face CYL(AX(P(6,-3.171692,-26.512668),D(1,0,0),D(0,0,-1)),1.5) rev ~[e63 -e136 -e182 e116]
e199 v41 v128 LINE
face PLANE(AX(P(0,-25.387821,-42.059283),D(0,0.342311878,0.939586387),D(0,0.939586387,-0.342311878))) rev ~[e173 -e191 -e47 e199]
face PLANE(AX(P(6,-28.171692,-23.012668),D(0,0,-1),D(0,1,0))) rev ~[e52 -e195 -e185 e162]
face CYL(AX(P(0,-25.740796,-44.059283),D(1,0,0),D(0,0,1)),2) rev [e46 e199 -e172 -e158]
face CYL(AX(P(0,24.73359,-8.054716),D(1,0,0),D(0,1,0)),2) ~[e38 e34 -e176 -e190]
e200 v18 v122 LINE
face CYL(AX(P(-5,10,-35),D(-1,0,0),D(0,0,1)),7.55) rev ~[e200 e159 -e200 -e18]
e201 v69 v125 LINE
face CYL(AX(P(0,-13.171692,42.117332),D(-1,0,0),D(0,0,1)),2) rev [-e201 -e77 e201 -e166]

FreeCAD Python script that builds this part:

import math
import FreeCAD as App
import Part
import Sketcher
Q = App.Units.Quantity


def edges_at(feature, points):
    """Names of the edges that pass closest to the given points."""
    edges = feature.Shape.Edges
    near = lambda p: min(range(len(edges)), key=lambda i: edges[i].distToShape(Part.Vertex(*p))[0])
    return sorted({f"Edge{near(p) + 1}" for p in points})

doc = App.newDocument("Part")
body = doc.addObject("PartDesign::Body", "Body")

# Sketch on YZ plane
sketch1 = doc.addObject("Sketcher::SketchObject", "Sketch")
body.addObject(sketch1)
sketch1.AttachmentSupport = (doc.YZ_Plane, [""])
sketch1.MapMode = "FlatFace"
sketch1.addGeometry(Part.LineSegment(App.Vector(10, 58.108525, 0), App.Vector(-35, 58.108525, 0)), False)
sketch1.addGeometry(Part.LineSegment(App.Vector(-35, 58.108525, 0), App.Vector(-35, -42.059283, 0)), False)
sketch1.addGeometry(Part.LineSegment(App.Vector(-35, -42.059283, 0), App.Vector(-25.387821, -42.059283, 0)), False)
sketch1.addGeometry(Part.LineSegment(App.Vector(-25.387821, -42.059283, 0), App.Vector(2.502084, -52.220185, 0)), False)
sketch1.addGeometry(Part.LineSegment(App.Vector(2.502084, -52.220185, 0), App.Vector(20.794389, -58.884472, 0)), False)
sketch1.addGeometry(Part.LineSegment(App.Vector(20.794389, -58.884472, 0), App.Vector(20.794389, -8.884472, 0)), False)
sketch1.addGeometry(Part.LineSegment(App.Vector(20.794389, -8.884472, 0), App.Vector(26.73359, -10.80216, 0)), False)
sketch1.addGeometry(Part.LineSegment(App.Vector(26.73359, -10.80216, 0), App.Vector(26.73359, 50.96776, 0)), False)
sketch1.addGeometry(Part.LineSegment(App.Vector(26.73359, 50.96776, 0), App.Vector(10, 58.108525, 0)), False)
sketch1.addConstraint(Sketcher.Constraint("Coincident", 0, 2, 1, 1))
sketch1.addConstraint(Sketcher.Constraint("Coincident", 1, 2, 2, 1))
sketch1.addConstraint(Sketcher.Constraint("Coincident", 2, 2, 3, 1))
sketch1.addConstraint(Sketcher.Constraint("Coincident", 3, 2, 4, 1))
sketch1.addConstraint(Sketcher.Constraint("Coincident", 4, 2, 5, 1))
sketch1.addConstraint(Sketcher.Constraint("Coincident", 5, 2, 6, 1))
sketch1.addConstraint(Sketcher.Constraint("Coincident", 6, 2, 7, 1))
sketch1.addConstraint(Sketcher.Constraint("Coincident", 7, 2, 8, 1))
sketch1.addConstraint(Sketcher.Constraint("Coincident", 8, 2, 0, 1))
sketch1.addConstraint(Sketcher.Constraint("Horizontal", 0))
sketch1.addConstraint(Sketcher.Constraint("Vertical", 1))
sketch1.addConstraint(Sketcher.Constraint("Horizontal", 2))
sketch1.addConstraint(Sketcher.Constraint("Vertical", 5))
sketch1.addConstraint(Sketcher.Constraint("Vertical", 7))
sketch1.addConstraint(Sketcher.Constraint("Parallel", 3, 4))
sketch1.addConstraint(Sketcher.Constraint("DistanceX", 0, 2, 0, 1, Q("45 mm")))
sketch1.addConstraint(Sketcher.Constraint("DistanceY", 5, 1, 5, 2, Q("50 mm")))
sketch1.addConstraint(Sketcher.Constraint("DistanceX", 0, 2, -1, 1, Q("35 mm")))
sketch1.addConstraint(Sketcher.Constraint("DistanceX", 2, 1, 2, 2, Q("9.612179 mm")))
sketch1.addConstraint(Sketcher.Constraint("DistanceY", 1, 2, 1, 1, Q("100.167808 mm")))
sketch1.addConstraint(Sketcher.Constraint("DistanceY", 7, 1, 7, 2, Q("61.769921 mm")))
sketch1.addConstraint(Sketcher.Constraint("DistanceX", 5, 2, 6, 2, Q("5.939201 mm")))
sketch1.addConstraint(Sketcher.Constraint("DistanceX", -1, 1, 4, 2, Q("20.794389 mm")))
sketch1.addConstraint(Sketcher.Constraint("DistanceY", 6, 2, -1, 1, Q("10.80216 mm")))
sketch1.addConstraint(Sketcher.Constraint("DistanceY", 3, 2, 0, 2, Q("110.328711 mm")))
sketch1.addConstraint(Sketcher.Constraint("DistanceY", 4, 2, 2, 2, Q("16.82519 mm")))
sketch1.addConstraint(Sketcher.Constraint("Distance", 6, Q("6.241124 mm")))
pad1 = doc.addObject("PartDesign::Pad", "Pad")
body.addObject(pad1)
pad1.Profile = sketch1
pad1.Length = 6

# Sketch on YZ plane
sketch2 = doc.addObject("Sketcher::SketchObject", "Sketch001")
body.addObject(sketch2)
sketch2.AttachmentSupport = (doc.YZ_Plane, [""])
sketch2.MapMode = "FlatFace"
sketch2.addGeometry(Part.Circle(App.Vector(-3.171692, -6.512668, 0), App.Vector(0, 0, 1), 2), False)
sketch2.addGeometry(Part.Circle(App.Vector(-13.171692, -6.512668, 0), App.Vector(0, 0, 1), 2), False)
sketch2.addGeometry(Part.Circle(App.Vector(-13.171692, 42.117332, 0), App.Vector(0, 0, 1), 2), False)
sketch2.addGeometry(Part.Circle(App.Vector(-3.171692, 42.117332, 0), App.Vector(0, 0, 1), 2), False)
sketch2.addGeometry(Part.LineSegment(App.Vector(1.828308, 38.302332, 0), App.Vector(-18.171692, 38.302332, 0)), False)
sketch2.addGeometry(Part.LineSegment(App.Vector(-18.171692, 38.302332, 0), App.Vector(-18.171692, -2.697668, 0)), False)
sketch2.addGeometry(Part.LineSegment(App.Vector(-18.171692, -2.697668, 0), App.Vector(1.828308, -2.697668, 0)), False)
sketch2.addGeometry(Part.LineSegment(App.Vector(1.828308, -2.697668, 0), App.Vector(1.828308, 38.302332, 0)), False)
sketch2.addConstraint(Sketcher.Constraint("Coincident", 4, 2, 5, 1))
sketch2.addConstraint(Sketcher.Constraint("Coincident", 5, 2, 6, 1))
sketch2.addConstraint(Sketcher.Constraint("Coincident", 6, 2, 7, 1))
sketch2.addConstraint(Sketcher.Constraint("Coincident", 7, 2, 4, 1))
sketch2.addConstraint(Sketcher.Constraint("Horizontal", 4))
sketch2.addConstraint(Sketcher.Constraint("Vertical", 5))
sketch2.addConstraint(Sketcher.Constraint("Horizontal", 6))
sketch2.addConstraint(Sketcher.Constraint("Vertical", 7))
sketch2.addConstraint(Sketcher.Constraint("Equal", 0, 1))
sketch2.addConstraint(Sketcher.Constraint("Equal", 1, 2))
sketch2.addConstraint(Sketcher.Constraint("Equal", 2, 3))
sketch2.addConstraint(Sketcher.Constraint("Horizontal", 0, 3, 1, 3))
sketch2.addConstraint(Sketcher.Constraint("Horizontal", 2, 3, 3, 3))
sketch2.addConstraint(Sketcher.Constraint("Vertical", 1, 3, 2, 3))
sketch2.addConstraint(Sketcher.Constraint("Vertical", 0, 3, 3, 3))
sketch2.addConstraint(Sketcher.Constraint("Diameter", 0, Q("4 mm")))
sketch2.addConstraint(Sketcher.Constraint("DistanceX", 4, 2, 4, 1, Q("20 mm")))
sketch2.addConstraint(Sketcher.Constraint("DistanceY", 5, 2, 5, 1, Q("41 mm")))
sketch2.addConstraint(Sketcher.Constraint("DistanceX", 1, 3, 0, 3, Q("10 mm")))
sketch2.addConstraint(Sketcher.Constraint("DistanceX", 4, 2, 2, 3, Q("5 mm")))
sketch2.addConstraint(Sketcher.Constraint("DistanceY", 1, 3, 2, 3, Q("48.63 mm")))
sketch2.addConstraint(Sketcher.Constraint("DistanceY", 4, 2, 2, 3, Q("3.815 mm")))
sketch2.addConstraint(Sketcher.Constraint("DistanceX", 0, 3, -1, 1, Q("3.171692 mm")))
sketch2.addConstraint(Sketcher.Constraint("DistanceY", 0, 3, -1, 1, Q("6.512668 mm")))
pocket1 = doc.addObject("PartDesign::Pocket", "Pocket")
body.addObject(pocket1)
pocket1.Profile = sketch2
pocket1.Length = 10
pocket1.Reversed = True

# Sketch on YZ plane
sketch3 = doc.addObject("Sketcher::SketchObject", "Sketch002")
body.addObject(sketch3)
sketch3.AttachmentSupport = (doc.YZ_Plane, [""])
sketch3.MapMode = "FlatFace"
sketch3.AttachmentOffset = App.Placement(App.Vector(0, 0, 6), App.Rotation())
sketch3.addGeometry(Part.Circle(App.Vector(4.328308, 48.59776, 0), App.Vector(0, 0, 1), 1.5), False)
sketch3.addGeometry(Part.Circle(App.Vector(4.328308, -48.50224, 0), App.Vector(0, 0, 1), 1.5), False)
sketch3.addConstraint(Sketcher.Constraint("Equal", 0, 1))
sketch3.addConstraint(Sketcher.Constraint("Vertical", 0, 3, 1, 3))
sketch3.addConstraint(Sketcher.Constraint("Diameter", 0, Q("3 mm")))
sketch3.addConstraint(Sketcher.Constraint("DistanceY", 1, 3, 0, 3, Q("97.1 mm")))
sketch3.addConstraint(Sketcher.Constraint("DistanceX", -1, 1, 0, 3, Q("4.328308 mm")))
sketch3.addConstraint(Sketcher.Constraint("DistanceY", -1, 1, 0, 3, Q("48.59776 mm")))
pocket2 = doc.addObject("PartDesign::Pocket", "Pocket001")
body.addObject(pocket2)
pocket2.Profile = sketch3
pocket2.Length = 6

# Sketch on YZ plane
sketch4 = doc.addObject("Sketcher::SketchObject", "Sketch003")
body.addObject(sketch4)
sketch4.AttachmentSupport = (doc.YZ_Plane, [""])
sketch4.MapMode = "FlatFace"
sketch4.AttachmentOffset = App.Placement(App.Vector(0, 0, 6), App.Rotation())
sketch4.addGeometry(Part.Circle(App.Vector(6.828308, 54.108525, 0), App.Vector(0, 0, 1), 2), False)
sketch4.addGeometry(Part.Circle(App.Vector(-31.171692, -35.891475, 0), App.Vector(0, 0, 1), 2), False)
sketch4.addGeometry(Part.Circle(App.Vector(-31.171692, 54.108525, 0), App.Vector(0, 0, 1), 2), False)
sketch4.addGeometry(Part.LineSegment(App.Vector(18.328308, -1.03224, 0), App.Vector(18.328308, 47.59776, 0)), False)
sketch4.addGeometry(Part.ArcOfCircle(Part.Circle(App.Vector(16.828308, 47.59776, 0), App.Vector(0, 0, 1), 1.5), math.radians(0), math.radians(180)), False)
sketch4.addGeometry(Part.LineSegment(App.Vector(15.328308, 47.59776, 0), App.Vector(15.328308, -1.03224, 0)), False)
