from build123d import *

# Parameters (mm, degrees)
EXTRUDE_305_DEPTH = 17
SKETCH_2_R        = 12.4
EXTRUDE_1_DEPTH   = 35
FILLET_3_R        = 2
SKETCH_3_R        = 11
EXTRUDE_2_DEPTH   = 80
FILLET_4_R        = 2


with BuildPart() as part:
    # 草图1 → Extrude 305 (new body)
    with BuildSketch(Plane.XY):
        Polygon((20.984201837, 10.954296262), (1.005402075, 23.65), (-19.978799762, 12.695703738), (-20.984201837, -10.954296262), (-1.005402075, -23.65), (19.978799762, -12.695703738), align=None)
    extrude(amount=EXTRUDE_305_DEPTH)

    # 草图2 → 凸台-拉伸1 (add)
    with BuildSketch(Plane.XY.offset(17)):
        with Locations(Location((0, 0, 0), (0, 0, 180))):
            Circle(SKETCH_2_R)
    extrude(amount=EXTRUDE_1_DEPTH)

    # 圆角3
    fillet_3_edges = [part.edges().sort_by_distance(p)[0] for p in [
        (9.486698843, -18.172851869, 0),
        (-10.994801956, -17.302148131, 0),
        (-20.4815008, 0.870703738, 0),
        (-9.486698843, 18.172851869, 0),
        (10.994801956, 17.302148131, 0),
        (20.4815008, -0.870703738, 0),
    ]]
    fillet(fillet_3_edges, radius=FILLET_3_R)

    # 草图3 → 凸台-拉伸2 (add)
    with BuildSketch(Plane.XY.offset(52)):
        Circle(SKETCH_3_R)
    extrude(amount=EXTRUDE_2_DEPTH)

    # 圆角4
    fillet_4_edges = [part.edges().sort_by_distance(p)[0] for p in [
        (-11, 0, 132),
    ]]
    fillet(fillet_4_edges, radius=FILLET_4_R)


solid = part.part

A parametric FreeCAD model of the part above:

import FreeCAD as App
import Part
import Sketcher
Q = App.Units.Quantity


def edges_at(feature, points):
    """Names of the edges that pass closest to the given points."""
    edges = feature.Shape.Edges
    near = lambda p: min(range(len(edges)), key=lambda i: edges[i].distToShape(Part.Vertex(*p))[0])
    return sorted({f"Edge{near(p) + 1}" for p in points})


def add_polygon(sketch, points):
    """Adds a closed chain of lines whose ends are joined by coincident constraints."""
    first, n = sketch.GeometryCount, len(points)
    for a, b in zip(points, points[1:] + points[:1]):
        sketch.addGeometry(Part.LineSegment(App.Vector(*a, 0), App.Vector(*b, 0)), False)
    for i in range(n):
        sketch.addConstraint(Sketcher.Constraint("Coincident", first + i, 2, first + (i + 1) % n, 1))

doc = App.newDocument("Part")
body = doc.addObject("PartDesign::Body", "Body")

sketch1 = body.newObject("Sketcher::SketchObject", "Sketch")
sketch1.AttachmentSupport = (doc.getObject("XY_Plane"), [""])
sketch1.MapMode = "FlatFace"
add_polygon(sketch1, [(21, 11), (1, 24), (-20, 13), (-21, -11), (-1, -24), (20, -13)])
sketch1.addConstraint([
    Sketcher.Constraint("Symmetric", 0, 2, 3, 2, -1, 1),
    Sketcher.Constraint("Symmetric", 1, 2, 4, 2, -1, 1),
    Sketcher.Constraint("Symmetric", 2, 2, 5, 2, -1, 1),
    Sketcher.Constraint("Equal", 0, 1),
    Sketcher.Constraint("Equal", 1, 2),
    Sketcher.Constraint("DistanceY", 3, 2, 0, 2, Q("47.3 mm")),
    Sketcher.Constraint("DistanceY", 2, 2, 1, 2, Q("23.65 mm")),
    Sketcher.Constraint("DistanceX", 2, 2, 4, 2, Q("40.963002 mm")),
    Sketcher.Constraint("DistanceX", 1, 2, -1, 1, Q("19.9788 mm")),
])
pad1 = body.newObject("PartDesign::Pad", "Pad")
pad1.Profile = sketch1
pad1.Length = 17

sketch2 = body.newObject("Sketcher::SketchObject", "Sketch001")
sketch2.AttachmentSupport = (doc.getObject("XY_Plane"), [""])
sketch2.MapMode = "FlatFace"
sketch2.AttachmentOffset = App.Placement(App.Vector(0, 0, 17), App.Rotation())
sketch2.addGeometry(Part.Circle(App.Vector(0, 0, 0), App.Vector(0, 0, 1), 12), False)
sketch2.addConstraint([
    Sketcher.Constraint("Coincident", 0, 3, -1, 1),
    Sketcher.Constraint("Diameter", 0, Q("24.8 mm")),
])
pad2 = body.newObject("PartDesign::Pad", "Pad001")
pad2.Profile = sketch2
pad2.Length = 35
doc.recompute()

fillet = body.newObject("PartDesign::Fillet", "Fillet")
fillet.Base = (pad2, edges_at(pad2, [
    (9.487, -18.173, 0),
    (-10.995, -17.302, 0),
    (-20.482, 0.871, 0),
    (-9.487, 18.173, 0),
    (10.995, 17.302, 0),
    (20.482, -0.871, 0),
]))
fillet.Radius = 2

sketch3 = body.newObject("Sketcher::SketchObject", "Sketch002")
sketch3.AttachmentSupport = (doc.getObject("XY_Plane"), [""])
sketch3.MapMode = "FlatFace"
sketch3.AttachmentOffset = App.Placement(App.Vector(0, 0, 52), App.Rotation())
sketch3.addGeometry(Part.Circle(App.Vector(0, 0, 0), App.Vector(0, 0, 1), 11), False)
sketch3.addConstraint([
    Sketcher.Constraint("Coincident", 0, 3, -1, 1),
    Sketcher.Constraint("Diameter", 0, Q("22 mm")),
])
pad3 = body.newObject("PartDesign::Pad", "Pad002")
pad3.Profile = sketch3
pad3.Length = 80
doc.recompute()

fillet2 = body.newObject("PartDesign::Fillet", "Fillet001")
fillet2.Base = (pad3, edges_at(pad3, [(-11, 0, 132)]))
fillet2.Radius = 2

doc.recompute()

○ ○ ○ ○

EXERCISE DIRECTIONS: Please copy each line of the material that contains the word "with".

OUTPUT FOR THIS EXERCISE:
with BuildPart() as part:
    with BuildSketch(Plane.XY):
    with BuildSketch(Plane.XY.offset(17)):
        with Locations(Location((0, 0, 0), (0, 0, 180))):
    with BuildSketch(Plane.XY.offset(52)):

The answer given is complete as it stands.